=== Extracted records ===

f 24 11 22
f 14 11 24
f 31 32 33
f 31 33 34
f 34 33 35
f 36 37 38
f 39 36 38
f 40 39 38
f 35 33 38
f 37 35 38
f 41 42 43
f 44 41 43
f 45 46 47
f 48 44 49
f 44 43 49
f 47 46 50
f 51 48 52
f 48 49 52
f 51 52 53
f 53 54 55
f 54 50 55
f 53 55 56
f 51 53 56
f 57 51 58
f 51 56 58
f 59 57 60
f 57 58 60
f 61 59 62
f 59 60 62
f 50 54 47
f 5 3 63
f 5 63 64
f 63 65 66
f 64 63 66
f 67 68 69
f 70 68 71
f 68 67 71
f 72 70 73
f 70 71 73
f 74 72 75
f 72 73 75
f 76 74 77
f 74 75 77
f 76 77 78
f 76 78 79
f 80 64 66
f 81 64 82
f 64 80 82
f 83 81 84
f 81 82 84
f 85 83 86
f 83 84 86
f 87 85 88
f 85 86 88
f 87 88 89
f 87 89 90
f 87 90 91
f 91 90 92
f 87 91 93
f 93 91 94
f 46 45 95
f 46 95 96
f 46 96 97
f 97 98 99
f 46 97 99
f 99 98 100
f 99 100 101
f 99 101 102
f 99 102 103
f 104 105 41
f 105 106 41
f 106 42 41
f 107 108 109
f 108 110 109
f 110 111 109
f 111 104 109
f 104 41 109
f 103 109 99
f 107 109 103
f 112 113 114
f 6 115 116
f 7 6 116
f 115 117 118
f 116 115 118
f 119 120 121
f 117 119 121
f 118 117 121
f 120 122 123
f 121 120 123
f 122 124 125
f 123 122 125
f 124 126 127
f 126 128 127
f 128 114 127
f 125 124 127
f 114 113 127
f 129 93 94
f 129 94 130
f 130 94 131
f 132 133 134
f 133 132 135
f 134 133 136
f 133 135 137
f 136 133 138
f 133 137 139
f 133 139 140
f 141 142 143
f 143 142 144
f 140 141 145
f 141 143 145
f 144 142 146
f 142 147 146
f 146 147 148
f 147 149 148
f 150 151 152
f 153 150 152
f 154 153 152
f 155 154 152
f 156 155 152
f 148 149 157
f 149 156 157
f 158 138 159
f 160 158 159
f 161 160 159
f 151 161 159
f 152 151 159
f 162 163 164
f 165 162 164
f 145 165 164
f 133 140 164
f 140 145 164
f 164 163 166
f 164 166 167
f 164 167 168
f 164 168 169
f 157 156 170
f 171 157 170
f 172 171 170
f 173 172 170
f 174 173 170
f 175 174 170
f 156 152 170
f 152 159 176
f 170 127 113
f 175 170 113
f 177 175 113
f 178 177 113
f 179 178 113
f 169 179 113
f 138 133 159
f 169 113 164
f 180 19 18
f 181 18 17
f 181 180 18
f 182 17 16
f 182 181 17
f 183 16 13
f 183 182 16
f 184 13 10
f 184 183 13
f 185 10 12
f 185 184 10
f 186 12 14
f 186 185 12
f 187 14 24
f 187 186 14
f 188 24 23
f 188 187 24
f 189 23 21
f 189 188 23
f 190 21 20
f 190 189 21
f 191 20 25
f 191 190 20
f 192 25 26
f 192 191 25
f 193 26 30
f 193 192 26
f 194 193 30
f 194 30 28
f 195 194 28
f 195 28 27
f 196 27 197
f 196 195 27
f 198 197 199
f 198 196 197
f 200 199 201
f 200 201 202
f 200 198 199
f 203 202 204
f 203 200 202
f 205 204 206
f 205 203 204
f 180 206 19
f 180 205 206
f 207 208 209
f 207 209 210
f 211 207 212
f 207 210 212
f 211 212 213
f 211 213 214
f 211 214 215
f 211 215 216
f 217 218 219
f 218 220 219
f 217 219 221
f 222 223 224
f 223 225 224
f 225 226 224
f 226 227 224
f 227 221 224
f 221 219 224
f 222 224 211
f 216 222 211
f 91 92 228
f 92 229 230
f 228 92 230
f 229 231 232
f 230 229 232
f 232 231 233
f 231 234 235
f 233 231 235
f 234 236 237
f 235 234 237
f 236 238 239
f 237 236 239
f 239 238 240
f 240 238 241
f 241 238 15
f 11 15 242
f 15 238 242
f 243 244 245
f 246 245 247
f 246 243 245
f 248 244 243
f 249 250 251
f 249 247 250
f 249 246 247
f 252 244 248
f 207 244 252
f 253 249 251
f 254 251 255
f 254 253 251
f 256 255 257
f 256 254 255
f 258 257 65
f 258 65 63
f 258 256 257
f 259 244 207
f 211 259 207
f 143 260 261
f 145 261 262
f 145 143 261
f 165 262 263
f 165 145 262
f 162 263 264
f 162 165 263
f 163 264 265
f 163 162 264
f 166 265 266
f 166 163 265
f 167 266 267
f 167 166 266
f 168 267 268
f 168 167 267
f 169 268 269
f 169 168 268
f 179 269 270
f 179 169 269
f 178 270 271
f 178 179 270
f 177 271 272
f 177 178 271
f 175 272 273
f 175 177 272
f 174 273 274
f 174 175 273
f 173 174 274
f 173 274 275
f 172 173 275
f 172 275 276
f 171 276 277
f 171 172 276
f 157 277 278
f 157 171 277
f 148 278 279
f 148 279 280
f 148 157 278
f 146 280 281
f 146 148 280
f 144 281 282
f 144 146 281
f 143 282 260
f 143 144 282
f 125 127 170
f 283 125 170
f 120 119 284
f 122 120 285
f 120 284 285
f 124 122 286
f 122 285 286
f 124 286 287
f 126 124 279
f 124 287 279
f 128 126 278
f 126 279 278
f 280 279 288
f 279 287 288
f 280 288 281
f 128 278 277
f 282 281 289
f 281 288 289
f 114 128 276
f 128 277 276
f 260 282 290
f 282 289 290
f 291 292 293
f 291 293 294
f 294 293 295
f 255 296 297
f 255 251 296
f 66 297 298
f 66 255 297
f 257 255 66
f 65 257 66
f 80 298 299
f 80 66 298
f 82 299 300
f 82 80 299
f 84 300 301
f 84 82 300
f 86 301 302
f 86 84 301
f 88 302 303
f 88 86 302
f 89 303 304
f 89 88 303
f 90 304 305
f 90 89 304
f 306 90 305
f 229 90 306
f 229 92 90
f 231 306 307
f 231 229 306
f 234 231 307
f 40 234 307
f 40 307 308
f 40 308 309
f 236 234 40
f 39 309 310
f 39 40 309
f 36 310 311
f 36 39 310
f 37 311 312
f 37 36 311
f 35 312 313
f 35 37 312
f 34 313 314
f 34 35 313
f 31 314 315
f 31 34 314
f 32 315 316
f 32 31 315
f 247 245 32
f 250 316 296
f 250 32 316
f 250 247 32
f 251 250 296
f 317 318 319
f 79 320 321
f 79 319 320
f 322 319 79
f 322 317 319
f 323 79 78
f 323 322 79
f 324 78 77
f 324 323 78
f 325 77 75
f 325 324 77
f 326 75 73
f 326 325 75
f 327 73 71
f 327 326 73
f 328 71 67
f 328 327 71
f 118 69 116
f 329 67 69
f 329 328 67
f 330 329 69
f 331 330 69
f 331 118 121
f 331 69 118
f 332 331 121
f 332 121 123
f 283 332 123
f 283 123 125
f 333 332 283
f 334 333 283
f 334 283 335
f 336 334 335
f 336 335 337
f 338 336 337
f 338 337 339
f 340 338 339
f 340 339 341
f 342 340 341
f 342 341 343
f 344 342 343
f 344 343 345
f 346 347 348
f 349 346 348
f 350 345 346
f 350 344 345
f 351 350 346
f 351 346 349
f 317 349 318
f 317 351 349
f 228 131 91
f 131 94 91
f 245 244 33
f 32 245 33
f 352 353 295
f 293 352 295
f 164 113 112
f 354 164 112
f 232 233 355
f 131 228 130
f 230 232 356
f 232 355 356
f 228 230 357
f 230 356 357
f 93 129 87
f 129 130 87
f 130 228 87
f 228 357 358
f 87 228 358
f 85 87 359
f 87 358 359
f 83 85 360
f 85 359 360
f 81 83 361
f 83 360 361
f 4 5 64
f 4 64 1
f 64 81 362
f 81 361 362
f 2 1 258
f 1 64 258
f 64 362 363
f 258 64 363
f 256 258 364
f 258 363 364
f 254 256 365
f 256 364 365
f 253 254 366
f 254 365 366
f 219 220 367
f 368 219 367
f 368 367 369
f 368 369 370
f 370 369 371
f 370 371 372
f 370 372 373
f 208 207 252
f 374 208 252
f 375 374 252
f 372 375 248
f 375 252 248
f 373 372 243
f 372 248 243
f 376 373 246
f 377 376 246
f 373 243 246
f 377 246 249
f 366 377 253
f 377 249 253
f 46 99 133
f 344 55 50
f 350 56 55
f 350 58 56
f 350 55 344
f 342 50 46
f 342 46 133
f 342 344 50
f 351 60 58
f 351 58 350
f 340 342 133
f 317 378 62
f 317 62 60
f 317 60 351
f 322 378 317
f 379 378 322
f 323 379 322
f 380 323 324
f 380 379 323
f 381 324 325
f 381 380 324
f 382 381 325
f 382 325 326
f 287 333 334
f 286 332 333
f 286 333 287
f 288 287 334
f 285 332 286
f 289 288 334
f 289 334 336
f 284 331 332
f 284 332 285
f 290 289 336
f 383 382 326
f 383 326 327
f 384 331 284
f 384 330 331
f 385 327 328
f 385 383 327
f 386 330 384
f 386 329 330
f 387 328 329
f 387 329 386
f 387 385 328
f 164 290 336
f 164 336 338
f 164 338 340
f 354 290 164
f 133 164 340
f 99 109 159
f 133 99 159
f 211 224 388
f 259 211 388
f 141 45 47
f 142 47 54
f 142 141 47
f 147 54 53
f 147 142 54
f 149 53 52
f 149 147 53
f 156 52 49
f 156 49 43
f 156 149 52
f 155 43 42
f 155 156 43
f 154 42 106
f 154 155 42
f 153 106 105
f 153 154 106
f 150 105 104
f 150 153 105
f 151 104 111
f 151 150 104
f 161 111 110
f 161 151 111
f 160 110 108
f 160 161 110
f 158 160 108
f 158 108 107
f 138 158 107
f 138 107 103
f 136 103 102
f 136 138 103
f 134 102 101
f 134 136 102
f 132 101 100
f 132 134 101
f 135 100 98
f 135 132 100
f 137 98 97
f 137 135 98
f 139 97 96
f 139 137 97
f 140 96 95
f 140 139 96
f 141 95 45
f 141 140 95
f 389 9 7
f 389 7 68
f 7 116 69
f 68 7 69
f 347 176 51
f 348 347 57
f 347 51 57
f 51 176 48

===

Your goal
Copy the entries above exactly, but only from the line holding "f 136 133 138" through the line holding "f 196 195 27", both included.

Answer for the task
f 136 133 138
f 133 137 139
f 133 139 140
f 141 142 143
f 143 142 144
f 140 141 145
f 141 143 145
f 144 142 146
f 142 147 146
f 146 147 148
f 147 149 148
f 150 151 152
f 153 150 152
f 154 153 152
f 155 154 152
f 156 155 152
f 148 149 157
f 149 156 157
f 158 138 159
f 160 158 159
f 161 160 159
f 151 161 159
f 152 151 159
f 162 163 164
f 165 162 164
f 145 165 164
f 133 140 164
f 140 145 164
f 164 163 166
f 164 166 167
f 164 167 168
f 164 168 169
f 157 156 170
f 171 157 170
f 172 171 170
f 173 172 170
f 174 173 170
f 175 174 170
f 156 152 170
f 152 159 176
f 170 127 113
f 175 170 113
f 177 175 113
f 178 177 113
f 179 178 113
f 169 179 113
f 138 133 159
f 169 113 164
f 180 19 18
f 181 18 17
f 181 180 18
f 182 17 16
f 182 181 17
f 183 16 13
f 183 182 16
f 184 13 10
f 184 183 13
f 185 10 12
f 185 184 10
f 186 12 14
f 186 185 12
f 187 14 24
f 187 186 14
f 188 24 23
f 188 187 24
f 189 23 21
f 189 188 23
f 190 21 20
f 190 189 21
f 191 20 25
f 191 190 20
f 192 25 26
f 192 191 25
f 193 26 30
f 193 192 26
f 194 193 30
f 194 30 28
f 195 194 28
f 195 28 27
f 196 27 197
f 196 195 27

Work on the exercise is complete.